Time-course experiments with the anti-FRQ antibody have revealed interesting insights into the interaction of these TOR pathway components with the FRQ/WCC TTFL. Our previous results demonstrated that the FRQ protein rhythm dampens over time in the absence of VTA protein (Ratnayake et al., 2018). In our current work with GTR2, similar results were obtained, and the presence of GTR2 was shown to be essential to maintain normal expression of the FRQ protein. In related research (Diernfellner et al., 2019), the clock-controlled gene prd-4 was found to be essential for FRQ phosphorylation in response to translation inhibition. This phosphorylation requires an upstream kinase of PRD-4, which was identified as TORC1 using phosphorylation of S6 as an assay for TORC1 activity (Diernfellner et al., 2019). We have not characterized the pathway through which VTA and GTR2 affect FRQ, but our work is consistent with the work of Diernfellner et al. and suggests a pathway: VTA > GTR2 > TOR > PRD4 > FRQ.
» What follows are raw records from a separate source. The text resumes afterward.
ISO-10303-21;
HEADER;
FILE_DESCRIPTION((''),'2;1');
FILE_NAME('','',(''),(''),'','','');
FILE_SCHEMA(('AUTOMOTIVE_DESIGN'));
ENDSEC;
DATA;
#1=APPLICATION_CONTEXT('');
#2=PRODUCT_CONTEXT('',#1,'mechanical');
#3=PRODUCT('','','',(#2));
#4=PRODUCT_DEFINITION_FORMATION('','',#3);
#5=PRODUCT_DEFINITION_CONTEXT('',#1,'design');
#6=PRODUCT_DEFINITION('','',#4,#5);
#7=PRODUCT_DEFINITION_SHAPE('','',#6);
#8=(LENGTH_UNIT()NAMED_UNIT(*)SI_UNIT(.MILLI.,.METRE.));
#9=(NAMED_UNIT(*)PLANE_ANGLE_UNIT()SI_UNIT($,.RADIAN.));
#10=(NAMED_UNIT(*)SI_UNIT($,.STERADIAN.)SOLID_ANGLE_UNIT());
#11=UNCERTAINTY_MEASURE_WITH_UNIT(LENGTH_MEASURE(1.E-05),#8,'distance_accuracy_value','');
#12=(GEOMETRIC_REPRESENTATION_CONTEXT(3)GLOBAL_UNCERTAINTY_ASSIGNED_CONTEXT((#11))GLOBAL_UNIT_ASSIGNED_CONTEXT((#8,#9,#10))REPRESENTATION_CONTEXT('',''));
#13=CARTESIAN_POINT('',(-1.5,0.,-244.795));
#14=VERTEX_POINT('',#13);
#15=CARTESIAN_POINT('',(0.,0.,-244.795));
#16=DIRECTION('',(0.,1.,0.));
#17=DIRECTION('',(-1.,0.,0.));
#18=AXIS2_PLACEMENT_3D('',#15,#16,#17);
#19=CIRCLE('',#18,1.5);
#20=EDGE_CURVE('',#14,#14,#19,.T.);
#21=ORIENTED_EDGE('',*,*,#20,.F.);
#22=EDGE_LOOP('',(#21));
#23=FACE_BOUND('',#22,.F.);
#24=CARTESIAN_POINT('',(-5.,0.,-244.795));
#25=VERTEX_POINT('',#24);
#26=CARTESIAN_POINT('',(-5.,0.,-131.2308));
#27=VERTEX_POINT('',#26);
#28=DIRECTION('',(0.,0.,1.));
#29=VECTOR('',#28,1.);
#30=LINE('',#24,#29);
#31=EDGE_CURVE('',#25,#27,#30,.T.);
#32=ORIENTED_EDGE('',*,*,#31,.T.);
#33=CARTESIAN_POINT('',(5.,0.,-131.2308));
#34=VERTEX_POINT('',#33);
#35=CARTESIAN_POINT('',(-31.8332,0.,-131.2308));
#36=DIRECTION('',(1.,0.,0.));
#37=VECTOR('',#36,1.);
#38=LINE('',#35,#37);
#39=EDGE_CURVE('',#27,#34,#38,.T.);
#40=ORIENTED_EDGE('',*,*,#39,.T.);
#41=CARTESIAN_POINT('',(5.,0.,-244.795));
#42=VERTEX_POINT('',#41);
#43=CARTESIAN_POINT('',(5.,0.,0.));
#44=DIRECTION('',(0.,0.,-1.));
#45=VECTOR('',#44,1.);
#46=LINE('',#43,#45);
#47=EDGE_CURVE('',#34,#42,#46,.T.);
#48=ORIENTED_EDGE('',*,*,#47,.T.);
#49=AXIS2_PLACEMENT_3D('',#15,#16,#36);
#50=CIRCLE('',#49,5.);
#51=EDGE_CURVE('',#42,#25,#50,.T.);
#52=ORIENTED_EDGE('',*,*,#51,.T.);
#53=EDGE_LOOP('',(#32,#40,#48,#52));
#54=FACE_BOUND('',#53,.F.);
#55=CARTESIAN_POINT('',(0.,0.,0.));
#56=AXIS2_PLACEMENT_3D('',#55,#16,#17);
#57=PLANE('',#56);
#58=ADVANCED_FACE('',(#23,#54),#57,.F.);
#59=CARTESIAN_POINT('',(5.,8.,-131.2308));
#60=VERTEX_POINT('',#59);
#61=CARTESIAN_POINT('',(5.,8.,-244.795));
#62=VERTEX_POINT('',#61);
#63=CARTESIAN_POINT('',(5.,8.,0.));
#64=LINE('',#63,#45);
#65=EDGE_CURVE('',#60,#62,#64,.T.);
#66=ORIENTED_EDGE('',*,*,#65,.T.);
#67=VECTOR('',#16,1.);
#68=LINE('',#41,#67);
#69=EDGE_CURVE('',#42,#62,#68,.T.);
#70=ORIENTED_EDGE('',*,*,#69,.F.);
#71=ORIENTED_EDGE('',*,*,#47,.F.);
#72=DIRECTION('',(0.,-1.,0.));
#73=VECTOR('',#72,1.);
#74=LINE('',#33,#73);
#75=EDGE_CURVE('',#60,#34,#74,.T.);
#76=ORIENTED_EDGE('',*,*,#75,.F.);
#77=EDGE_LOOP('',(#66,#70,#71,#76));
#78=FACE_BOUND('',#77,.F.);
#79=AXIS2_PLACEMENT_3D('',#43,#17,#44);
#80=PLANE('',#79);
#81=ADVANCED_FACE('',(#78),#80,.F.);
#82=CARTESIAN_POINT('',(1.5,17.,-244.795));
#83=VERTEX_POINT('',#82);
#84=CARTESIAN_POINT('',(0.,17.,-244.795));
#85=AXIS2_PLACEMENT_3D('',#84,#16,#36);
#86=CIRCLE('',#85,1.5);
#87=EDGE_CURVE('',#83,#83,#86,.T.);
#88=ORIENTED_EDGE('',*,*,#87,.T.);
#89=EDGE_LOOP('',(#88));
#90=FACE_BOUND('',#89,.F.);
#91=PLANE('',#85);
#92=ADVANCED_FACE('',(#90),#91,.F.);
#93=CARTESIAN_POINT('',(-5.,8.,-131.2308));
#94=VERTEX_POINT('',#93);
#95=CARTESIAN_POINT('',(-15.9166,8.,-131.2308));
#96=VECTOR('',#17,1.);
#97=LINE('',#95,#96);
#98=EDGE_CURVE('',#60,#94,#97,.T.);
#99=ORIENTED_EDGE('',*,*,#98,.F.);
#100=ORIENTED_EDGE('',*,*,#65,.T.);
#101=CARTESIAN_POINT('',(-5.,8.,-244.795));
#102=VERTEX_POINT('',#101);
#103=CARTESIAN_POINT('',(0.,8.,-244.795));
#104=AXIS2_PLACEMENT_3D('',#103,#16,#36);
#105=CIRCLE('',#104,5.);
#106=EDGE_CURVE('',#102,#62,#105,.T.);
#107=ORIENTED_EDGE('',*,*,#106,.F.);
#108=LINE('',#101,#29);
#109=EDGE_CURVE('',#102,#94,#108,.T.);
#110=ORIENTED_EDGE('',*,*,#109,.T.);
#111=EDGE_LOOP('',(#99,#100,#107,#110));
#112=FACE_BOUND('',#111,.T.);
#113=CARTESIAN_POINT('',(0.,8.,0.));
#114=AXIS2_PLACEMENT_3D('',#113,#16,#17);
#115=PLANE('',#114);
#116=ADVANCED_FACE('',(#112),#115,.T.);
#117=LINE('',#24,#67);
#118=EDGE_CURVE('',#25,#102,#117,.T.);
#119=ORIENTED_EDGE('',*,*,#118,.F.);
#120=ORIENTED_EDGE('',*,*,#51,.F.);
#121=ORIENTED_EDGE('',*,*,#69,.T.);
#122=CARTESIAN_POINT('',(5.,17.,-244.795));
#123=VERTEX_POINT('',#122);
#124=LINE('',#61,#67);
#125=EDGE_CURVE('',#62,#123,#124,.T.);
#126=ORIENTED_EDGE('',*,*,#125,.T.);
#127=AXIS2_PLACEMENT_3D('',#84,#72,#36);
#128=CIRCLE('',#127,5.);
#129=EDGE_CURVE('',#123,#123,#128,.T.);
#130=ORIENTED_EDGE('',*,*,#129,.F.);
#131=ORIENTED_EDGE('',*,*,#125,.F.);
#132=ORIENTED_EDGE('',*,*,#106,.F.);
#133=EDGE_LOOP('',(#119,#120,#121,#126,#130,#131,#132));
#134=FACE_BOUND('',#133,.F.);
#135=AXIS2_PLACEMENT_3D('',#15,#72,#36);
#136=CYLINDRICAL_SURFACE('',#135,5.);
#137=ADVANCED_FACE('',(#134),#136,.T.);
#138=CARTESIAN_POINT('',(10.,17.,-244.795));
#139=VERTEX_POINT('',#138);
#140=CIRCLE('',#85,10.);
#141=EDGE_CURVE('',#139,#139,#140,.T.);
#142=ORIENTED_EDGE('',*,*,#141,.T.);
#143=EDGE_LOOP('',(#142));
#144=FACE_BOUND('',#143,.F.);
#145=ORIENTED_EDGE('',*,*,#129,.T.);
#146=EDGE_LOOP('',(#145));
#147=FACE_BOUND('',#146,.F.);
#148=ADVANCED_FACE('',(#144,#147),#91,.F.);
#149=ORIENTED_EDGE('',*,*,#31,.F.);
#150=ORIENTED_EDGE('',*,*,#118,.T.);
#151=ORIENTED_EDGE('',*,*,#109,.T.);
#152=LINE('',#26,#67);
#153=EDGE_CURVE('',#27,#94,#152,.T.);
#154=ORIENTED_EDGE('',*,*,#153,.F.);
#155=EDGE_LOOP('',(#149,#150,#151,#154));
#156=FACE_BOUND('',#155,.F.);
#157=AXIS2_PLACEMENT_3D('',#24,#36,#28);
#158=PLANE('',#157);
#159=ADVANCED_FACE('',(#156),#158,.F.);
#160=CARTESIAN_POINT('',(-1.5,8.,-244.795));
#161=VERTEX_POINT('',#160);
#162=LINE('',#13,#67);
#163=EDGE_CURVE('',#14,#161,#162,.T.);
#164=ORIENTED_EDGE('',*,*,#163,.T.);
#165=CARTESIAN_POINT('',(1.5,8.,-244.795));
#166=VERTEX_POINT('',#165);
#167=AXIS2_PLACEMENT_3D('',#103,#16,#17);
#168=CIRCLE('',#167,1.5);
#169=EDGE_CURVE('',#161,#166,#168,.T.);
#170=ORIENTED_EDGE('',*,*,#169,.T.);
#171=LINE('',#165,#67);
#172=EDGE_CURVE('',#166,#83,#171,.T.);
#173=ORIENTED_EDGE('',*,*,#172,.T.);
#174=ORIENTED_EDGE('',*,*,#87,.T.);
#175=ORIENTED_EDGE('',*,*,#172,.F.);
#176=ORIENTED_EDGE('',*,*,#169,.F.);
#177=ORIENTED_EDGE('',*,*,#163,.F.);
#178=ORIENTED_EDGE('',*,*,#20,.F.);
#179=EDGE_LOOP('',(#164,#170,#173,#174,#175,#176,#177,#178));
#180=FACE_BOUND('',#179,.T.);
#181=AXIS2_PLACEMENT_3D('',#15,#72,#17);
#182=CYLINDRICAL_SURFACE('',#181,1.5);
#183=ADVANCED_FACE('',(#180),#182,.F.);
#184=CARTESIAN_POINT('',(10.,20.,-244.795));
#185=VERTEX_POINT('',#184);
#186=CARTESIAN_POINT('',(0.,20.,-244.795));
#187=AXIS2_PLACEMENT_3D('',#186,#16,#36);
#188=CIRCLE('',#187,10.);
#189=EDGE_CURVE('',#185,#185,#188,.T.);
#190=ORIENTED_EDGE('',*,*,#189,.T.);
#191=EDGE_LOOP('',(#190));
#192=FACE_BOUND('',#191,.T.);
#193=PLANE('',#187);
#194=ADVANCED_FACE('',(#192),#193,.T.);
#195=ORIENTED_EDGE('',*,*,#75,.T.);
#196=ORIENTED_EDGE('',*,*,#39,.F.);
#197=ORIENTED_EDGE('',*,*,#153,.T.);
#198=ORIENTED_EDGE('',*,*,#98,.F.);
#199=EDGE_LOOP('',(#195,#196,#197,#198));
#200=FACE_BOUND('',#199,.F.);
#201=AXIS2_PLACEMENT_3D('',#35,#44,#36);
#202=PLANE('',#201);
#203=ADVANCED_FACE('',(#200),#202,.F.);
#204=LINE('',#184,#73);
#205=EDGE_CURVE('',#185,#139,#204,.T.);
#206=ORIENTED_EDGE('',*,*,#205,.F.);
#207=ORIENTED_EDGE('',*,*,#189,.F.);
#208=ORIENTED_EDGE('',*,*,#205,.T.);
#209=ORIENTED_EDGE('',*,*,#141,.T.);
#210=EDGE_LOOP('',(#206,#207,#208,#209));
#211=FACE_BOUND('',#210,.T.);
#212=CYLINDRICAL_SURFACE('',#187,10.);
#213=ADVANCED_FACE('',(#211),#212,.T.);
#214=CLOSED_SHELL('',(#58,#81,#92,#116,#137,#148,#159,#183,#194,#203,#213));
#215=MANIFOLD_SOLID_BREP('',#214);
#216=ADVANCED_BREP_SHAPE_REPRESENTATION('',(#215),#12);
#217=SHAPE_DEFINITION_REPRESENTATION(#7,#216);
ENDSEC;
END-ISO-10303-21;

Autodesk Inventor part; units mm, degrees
ref_plane "YZ Plane" through (0, 0, 0) normal (1, 0, 0) x (0, 1, 0)
ref_plane "XZ Plane" through (0, 0, 0) normal (0, 1, 0) x (-1, 0, 0)
ref_plane "XY Plane" through (0, 0, 0) normal (0, 0, 1) x (1, 0, 0)
sketch "Sketch1" plane through (0, 0, 0) normal (0, 1, 0) x (-1, 0, 0)
  line L0 (0, 0) -> (0, -244.795) construction
  line L1 (-5, 0) -> (-5, -244.795)
  line L2 (5, -244.795) -> (5, 0)
  arc A0 (5, 0) -> (-5, 0) centre (0, 0) ccw
  arc A1 (-5, -244.795) -> (5, -244.795) centre (0, -244.795) ccw
  circle A2 centre (0, 0) radius 1.5
  circle A3 centre (0, -244.795) radius 1.5
  point P0 (0, -122.3975)
  dimension "d0" = 244.795
  dimension "d1" = 10
  dimension "d2" = 3
  dimension "d3" = 3
extrude "Extrusion1" add sketch "Sketch1" along normal blind 8
sketch "Sketch2" plane through (0, 8, 0) normal (0, 1, 0) x (1, 0, 0)
  arc A0 (5, 244.795) -> (-5, 244.795) centre (0, 244.795) ccw projected
  line L0 (-5, 244.795) -> (-5, 0) projected
  arc A1 (-5, 0) -> (5, 0) centre (0, 0) ccw projected
  line L1 (5, 0) -> (5, 244.795) projected
  circle A2 centre (0, 244.795) radius 1.5 projected
  circle A3 centre (0, 0) radius 1.5 projected
  circle A4 centre (0, 244.795) radius 5
  point P0 (-5, 244.795)
  dimension "d12" = 10
extrude "Extrusion2" add sketch "Sketch2" along normal blind 12 contours A4 A0
sketch "Sketch3" plane through (0, 0, 0) normal (0, -1, 0) x (1, 0, 0)
  arc A0 (-5, -244.795) -> (5, -244.795) centre (0, -244.795) ccw projected
  line L0 (5, 0) -> (5, -244.795) projected
  arc A1 (5, 0) -> (-5, 0) centre (0, 0) ccw projected
  line L1 (-5, -244.795) -> (-5, 0) projected
  circle A2 centre (0, -244.795) radius 1.5 projected
  circle A3 centre (0, 0) radius 1.5 projected
sketch "Sketch4" plane through (0, 20, -244.795) normal (0, 1, 0) x (1, 0, 0)
  circle A0 centre (0, 0) radius 10
  point P0 (0, -244.795)
  dimension "d15" = 20
extrude "Extrusion3" add sketch "Sketch4" against normal blind 3
sketch "Sketch5" plane through (0, 0, 0) normal (0, -1, 0) x (1, 0, 0)
  line L0 (23.0807, 11.4027) -> (-31.8332, 11.4027)
  line L1 (-31.8332, 11.4027) -> (-31.8332, -131.2308)
  line L2 (-31.8332, -131.2308) -> (23.0807, -131.2308)
  line L3 (23.0807, -131.2308) -> (23.0807, 11.4027)
  line L4 (55.5298, 55.2625) -> (-102.4368, 55.2625)
  line L5 (-102.4368, 55.2625) -> (-102.4368, -369.4288)
  line L6 (-102.4368, -369.4288) -> (55.5298, -369.4288)
  line L7 (55.5298, -369.4288) -> (55.5298, 55.2625)
  point P0 (0, 0)
extrude "Extrusion4" cut sketch "Sketch5" against normal blind 100 contours L3 L2 L1 L0
properties part number "Part_12_p2"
Overall, it can be concluded that the presence of both VTA and GTR2 is necessary for the normal function of FRQ and the circadian system, demonstrating a strong connection between the TOR pathway and circadian rhythms. We propose that GTR2 and VTA maintain circadian rhythmicity through the complementary interaction of a FLO with the FRQ/WCC TTFL, supporting our model that the TTFL is not adequate to explain circadian rhythms in N. crassa. We hypothesize that FLO may work through the TOR pathway, which is an essential metabolic signaling pathway in all eukaryotes. Our results are expected to have implications for enhancing the understanding of the circadian systems of other organisms, and for understanding the fundamentally important process of timekeeping in eukaryotes.